= WHAT THE TASK ASKS =
Below are entries; count the lines containing the string "equation". The answer is that number alone.
——————
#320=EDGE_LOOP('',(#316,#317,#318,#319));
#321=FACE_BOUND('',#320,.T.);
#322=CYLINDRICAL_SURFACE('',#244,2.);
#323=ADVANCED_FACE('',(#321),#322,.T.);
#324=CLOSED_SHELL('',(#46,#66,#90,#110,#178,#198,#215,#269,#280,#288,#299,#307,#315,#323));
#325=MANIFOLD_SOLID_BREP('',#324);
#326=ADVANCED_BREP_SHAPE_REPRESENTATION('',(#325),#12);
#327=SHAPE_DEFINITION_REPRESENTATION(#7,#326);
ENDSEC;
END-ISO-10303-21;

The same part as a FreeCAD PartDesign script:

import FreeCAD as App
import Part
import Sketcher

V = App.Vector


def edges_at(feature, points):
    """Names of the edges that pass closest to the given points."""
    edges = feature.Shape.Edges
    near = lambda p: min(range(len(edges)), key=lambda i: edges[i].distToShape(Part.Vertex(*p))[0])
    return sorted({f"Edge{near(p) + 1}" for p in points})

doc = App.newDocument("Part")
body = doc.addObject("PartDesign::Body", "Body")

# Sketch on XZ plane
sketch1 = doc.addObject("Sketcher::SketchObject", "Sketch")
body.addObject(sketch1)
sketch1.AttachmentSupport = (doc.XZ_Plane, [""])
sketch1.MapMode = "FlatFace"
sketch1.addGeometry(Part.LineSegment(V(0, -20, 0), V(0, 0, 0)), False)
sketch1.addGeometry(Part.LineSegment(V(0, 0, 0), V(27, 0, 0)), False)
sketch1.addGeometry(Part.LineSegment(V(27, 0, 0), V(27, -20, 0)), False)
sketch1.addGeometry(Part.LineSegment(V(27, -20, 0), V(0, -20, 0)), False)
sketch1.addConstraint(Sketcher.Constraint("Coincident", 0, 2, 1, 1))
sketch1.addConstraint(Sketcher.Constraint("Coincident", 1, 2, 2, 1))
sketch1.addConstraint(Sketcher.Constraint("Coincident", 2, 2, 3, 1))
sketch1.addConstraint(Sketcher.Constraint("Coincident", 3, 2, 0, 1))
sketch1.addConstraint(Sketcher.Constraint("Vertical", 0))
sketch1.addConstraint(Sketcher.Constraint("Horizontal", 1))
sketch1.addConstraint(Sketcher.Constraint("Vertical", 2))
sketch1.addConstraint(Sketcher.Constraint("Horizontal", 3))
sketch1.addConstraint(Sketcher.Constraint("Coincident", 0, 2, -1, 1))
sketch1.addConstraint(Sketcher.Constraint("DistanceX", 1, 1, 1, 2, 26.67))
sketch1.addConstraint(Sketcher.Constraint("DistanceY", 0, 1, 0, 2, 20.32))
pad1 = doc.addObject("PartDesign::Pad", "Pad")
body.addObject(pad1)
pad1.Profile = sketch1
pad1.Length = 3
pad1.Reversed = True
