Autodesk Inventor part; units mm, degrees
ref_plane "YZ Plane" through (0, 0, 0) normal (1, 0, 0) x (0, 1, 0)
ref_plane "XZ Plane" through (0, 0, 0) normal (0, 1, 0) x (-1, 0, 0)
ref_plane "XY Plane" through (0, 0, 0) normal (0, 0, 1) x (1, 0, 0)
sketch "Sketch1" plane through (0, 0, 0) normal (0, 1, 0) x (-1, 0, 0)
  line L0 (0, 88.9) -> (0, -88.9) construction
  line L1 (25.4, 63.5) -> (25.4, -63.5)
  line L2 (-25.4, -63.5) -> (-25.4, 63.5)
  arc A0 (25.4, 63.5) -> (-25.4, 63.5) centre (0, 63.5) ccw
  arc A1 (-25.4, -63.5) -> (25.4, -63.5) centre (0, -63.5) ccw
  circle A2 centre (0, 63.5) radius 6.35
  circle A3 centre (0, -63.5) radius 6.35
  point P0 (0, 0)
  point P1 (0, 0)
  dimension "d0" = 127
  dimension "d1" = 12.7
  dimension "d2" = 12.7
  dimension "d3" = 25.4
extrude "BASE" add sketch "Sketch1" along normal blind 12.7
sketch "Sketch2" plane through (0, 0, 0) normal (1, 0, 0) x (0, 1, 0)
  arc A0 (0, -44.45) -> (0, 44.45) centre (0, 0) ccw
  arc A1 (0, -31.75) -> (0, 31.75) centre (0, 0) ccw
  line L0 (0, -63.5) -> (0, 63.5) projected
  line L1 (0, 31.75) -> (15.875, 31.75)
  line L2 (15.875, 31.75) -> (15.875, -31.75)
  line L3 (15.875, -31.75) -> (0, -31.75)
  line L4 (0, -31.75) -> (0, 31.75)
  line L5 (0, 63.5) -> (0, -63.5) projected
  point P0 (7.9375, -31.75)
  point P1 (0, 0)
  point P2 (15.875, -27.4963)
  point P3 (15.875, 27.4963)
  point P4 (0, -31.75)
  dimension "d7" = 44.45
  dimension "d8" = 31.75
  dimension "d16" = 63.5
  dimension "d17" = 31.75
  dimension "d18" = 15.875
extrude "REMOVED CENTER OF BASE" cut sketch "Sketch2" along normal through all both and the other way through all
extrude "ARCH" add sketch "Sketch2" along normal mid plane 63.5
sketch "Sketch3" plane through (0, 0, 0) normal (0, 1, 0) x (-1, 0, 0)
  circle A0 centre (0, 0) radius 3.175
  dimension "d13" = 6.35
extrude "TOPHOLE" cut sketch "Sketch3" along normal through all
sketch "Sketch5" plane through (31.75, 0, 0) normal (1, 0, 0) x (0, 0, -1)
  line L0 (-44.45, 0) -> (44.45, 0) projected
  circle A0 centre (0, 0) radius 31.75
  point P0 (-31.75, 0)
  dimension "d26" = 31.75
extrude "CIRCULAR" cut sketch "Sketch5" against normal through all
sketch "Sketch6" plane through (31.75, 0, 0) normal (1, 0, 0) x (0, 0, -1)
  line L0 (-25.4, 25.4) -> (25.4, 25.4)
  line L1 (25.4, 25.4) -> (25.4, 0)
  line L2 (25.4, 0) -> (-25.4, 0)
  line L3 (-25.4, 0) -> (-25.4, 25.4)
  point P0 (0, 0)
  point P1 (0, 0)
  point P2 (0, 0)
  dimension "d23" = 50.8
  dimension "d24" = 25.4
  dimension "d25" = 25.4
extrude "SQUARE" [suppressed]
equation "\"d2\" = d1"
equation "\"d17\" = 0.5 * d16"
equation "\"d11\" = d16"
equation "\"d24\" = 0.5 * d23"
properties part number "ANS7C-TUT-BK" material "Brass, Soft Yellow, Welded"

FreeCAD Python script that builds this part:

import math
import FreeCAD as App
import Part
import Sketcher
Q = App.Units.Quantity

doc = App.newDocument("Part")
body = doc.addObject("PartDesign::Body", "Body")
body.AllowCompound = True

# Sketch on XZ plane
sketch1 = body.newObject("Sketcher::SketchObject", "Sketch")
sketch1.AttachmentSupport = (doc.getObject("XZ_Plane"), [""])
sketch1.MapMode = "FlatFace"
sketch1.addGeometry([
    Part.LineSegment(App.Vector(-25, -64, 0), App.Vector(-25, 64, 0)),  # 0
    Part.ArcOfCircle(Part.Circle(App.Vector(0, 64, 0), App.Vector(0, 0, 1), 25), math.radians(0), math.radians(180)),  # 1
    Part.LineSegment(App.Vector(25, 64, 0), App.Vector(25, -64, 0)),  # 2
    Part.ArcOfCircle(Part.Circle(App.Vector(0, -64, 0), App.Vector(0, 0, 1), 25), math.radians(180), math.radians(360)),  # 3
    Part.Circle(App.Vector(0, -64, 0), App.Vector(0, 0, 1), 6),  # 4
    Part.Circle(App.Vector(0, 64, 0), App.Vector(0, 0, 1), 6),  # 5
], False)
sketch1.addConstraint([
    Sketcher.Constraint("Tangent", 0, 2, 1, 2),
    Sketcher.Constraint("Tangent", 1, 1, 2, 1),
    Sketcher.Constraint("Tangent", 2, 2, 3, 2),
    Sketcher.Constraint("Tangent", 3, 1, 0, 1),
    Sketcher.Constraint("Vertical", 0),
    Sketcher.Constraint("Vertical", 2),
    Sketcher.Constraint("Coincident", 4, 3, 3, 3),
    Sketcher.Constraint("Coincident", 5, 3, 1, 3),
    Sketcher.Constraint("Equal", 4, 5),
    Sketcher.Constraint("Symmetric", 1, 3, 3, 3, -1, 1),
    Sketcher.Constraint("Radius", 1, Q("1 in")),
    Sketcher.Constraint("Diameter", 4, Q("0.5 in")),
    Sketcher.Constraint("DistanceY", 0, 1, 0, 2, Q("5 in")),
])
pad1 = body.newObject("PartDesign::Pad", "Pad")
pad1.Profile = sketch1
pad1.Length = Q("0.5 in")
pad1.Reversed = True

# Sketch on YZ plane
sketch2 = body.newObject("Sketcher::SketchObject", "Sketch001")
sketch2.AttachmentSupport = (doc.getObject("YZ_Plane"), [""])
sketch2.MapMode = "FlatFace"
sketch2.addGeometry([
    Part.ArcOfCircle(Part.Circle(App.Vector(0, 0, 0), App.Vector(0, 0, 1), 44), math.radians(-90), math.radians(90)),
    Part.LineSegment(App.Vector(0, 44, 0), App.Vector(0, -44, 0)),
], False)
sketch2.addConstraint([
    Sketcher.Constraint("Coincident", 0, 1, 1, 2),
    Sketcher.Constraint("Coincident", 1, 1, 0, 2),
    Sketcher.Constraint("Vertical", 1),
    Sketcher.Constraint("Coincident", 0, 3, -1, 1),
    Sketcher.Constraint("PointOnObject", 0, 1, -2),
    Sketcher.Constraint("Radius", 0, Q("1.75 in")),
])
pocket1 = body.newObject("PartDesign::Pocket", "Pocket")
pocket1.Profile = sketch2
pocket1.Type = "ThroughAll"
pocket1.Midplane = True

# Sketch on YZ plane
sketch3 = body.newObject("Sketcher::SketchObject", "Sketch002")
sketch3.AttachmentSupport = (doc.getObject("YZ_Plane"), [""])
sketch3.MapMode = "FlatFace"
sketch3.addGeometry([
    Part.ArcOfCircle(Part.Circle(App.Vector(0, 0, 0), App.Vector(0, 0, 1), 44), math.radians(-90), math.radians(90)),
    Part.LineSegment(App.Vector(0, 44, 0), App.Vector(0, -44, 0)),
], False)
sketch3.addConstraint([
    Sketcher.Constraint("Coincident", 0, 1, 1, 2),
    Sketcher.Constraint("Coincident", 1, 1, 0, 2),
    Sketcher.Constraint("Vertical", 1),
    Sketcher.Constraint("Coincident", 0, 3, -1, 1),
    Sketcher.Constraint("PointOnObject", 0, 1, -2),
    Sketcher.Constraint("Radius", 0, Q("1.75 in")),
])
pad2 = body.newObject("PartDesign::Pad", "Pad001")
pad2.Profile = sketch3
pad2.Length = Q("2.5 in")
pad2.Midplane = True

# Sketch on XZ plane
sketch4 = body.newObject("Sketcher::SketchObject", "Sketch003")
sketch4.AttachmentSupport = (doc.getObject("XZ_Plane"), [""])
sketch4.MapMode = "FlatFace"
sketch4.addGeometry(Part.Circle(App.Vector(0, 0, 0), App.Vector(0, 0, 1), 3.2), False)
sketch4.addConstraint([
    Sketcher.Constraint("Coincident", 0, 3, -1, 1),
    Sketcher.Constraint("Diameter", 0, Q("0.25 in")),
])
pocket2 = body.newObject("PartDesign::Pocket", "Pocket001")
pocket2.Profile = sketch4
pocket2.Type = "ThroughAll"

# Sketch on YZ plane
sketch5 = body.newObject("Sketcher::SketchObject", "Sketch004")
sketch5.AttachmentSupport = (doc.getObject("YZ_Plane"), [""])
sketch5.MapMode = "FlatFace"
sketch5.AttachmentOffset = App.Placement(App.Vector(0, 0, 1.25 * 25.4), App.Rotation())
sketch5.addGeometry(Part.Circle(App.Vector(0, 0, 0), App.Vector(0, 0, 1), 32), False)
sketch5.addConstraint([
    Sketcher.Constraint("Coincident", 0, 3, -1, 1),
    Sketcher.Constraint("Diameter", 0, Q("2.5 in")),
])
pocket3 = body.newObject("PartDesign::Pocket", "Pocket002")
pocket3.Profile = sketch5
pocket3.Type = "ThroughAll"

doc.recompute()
——————
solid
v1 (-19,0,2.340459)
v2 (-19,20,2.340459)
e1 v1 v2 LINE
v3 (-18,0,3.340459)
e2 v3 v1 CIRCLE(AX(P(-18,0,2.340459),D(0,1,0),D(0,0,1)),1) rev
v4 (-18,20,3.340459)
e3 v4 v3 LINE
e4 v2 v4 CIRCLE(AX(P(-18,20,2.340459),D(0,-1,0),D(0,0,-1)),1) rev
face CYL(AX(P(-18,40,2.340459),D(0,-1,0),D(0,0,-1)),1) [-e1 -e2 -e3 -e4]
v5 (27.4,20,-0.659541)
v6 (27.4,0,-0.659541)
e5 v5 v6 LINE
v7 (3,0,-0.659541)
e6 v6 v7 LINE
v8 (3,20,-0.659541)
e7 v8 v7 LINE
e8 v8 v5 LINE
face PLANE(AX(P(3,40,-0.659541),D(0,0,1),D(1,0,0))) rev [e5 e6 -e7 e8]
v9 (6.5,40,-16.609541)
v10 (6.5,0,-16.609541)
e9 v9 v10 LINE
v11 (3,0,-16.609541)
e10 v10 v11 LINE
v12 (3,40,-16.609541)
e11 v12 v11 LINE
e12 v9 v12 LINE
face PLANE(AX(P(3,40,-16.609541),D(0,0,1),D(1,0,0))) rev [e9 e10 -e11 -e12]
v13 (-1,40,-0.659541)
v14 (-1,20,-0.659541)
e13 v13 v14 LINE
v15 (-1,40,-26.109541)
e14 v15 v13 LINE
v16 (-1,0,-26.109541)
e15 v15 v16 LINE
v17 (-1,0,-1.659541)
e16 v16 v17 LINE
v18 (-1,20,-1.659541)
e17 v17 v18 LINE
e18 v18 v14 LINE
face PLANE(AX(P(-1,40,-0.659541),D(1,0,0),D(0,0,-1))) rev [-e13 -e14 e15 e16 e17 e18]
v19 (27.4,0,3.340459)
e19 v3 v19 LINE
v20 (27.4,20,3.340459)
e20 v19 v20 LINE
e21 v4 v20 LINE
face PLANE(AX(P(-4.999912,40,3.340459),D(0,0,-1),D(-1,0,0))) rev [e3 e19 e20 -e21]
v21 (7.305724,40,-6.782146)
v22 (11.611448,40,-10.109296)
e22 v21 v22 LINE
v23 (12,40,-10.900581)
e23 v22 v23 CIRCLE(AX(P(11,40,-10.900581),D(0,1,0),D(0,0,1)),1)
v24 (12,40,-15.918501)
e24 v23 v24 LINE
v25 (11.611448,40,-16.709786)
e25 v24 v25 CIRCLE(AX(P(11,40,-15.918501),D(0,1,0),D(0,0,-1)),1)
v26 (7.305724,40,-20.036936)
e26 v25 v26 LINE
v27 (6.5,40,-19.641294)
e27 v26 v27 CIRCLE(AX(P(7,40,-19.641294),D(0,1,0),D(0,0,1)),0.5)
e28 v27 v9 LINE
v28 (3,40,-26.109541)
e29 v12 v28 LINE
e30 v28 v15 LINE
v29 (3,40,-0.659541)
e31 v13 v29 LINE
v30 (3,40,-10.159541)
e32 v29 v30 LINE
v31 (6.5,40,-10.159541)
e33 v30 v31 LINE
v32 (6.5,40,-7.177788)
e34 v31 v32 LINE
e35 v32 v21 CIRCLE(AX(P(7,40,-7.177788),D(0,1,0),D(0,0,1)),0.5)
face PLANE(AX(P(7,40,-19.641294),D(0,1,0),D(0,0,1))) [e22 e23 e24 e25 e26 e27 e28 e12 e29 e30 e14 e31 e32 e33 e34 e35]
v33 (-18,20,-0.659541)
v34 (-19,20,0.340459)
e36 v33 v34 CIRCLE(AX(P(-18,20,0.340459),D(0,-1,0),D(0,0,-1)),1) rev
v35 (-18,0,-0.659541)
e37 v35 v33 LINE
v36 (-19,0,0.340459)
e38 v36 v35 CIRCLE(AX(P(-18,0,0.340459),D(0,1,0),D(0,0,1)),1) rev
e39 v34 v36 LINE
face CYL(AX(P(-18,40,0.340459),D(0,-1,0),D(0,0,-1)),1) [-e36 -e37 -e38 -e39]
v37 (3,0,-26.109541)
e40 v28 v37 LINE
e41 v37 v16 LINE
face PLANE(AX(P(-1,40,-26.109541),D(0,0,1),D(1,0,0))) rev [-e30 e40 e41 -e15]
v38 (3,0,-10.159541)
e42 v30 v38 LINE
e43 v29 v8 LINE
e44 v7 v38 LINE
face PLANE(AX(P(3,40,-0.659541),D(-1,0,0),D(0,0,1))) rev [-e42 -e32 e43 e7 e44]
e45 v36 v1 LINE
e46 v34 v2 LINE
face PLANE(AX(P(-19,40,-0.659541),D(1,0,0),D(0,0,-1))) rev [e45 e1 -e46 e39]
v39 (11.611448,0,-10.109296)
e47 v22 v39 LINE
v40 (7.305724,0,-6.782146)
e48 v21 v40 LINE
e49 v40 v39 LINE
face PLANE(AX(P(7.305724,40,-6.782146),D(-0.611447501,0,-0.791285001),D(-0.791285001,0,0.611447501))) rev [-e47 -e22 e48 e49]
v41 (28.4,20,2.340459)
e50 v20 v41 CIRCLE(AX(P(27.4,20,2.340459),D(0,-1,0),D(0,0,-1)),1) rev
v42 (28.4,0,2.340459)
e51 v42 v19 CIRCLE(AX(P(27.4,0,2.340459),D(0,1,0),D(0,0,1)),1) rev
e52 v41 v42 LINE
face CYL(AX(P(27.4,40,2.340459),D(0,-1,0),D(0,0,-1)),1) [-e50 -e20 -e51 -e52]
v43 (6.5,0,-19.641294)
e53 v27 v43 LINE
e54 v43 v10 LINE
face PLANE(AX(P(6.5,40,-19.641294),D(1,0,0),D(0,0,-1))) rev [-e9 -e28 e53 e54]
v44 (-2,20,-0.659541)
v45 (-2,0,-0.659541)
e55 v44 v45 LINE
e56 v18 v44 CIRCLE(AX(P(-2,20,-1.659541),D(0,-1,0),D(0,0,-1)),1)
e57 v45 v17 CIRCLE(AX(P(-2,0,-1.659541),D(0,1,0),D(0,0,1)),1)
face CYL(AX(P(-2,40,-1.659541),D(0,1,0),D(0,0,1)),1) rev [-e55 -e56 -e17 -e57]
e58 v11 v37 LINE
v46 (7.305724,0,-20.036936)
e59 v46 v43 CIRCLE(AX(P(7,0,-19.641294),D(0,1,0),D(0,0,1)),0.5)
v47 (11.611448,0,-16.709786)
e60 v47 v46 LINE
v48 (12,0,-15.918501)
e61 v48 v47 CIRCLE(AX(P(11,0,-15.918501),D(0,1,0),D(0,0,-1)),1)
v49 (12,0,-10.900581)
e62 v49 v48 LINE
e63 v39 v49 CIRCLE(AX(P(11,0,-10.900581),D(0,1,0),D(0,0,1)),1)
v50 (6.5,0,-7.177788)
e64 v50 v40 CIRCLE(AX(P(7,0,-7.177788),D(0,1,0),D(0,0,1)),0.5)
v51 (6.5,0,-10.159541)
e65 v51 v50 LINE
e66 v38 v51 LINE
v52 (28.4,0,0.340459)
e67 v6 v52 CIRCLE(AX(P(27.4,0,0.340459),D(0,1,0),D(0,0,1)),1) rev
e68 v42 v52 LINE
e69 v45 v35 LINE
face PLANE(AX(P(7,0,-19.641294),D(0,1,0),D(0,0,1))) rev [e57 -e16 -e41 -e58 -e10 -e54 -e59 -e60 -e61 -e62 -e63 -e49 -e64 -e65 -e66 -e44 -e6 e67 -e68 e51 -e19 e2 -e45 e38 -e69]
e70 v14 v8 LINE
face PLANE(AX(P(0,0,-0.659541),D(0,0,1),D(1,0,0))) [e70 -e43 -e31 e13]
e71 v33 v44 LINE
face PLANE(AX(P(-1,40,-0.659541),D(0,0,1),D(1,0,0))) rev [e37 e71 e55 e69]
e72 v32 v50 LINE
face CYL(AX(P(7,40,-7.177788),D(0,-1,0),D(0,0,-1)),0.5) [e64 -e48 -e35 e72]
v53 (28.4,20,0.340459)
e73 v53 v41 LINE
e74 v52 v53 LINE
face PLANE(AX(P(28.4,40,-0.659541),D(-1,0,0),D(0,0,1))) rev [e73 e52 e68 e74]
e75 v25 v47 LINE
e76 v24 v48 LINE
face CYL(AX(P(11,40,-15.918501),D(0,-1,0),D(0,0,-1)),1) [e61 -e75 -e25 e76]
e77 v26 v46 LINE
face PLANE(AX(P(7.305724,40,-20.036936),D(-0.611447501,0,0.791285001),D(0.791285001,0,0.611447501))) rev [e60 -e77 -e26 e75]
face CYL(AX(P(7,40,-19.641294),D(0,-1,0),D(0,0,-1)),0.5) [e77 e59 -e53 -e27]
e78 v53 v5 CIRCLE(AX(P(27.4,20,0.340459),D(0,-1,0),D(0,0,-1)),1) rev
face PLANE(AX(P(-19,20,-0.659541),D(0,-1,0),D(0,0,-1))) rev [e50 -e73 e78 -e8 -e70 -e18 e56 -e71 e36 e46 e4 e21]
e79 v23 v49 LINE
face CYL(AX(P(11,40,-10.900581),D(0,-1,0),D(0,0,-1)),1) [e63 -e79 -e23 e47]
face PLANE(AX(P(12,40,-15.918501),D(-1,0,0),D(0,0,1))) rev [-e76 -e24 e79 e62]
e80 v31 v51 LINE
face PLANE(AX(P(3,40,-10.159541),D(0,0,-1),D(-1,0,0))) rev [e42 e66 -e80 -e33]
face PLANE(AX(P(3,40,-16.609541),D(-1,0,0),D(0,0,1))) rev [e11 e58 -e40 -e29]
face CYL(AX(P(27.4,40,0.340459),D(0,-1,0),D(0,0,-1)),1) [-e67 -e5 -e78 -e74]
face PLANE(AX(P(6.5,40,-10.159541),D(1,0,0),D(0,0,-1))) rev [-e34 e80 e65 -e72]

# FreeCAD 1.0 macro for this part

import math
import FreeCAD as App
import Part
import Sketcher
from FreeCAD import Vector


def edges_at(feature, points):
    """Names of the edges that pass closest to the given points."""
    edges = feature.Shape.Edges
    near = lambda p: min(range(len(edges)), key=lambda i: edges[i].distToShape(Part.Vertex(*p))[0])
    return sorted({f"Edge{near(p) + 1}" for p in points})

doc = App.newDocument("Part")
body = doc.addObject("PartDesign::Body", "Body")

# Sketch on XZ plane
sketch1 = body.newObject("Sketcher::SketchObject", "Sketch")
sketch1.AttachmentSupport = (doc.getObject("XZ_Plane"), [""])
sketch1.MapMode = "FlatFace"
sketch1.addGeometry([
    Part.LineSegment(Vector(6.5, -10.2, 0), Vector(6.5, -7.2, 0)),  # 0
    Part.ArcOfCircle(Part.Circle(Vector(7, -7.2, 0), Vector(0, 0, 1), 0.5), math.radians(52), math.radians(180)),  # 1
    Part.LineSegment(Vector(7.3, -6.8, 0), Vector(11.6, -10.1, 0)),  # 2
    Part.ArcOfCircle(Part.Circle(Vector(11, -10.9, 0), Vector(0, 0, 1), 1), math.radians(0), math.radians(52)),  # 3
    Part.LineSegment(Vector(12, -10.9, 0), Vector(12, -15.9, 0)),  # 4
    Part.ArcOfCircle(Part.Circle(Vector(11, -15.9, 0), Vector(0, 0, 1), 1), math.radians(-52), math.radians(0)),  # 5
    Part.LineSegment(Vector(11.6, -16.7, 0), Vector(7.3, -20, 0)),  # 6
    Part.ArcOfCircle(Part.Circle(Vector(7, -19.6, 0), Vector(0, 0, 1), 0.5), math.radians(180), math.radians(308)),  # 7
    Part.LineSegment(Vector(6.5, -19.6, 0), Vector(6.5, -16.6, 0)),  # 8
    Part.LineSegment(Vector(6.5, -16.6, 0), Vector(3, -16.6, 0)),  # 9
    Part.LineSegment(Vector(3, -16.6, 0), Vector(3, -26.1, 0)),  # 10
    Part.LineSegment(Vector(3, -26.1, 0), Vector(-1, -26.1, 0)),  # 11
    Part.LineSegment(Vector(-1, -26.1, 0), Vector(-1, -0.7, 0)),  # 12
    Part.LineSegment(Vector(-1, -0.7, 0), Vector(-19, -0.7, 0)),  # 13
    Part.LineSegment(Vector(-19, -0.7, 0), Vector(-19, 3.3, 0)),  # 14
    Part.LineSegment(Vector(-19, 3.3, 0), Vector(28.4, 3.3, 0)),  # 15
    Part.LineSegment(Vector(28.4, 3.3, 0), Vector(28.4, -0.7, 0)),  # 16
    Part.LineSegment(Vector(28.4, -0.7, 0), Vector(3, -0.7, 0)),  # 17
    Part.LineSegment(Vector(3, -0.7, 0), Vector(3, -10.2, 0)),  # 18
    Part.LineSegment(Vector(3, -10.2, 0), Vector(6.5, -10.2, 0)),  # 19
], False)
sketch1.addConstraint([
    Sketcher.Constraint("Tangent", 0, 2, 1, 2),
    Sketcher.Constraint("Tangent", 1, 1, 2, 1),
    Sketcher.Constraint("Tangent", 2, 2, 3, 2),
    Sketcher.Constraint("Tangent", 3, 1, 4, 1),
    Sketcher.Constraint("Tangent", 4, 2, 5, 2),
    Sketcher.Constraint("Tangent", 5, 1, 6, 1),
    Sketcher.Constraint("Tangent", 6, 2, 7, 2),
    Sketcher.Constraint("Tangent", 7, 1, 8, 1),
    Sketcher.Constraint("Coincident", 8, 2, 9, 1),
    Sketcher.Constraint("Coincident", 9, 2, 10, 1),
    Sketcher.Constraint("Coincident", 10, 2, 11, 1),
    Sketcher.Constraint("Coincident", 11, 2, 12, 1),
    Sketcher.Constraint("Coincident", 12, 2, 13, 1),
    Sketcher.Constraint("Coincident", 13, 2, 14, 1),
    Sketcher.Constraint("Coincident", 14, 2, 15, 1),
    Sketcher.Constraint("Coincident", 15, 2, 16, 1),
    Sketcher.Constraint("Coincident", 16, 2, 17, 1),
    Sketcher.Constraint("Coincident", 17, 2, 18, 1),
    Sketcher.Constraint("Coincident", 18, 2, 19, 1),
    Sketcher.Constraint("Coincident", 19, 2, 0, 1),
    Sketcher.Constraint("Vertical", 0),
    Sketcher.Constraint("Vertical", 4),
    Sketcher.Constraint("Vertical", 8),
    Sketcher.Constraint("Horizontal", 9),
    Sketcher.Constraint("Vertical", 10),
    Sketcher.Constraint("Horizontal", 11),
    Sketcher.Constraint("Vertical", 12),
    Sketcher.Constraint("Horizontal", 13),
——————
= PROBLEM SOLUTION =
4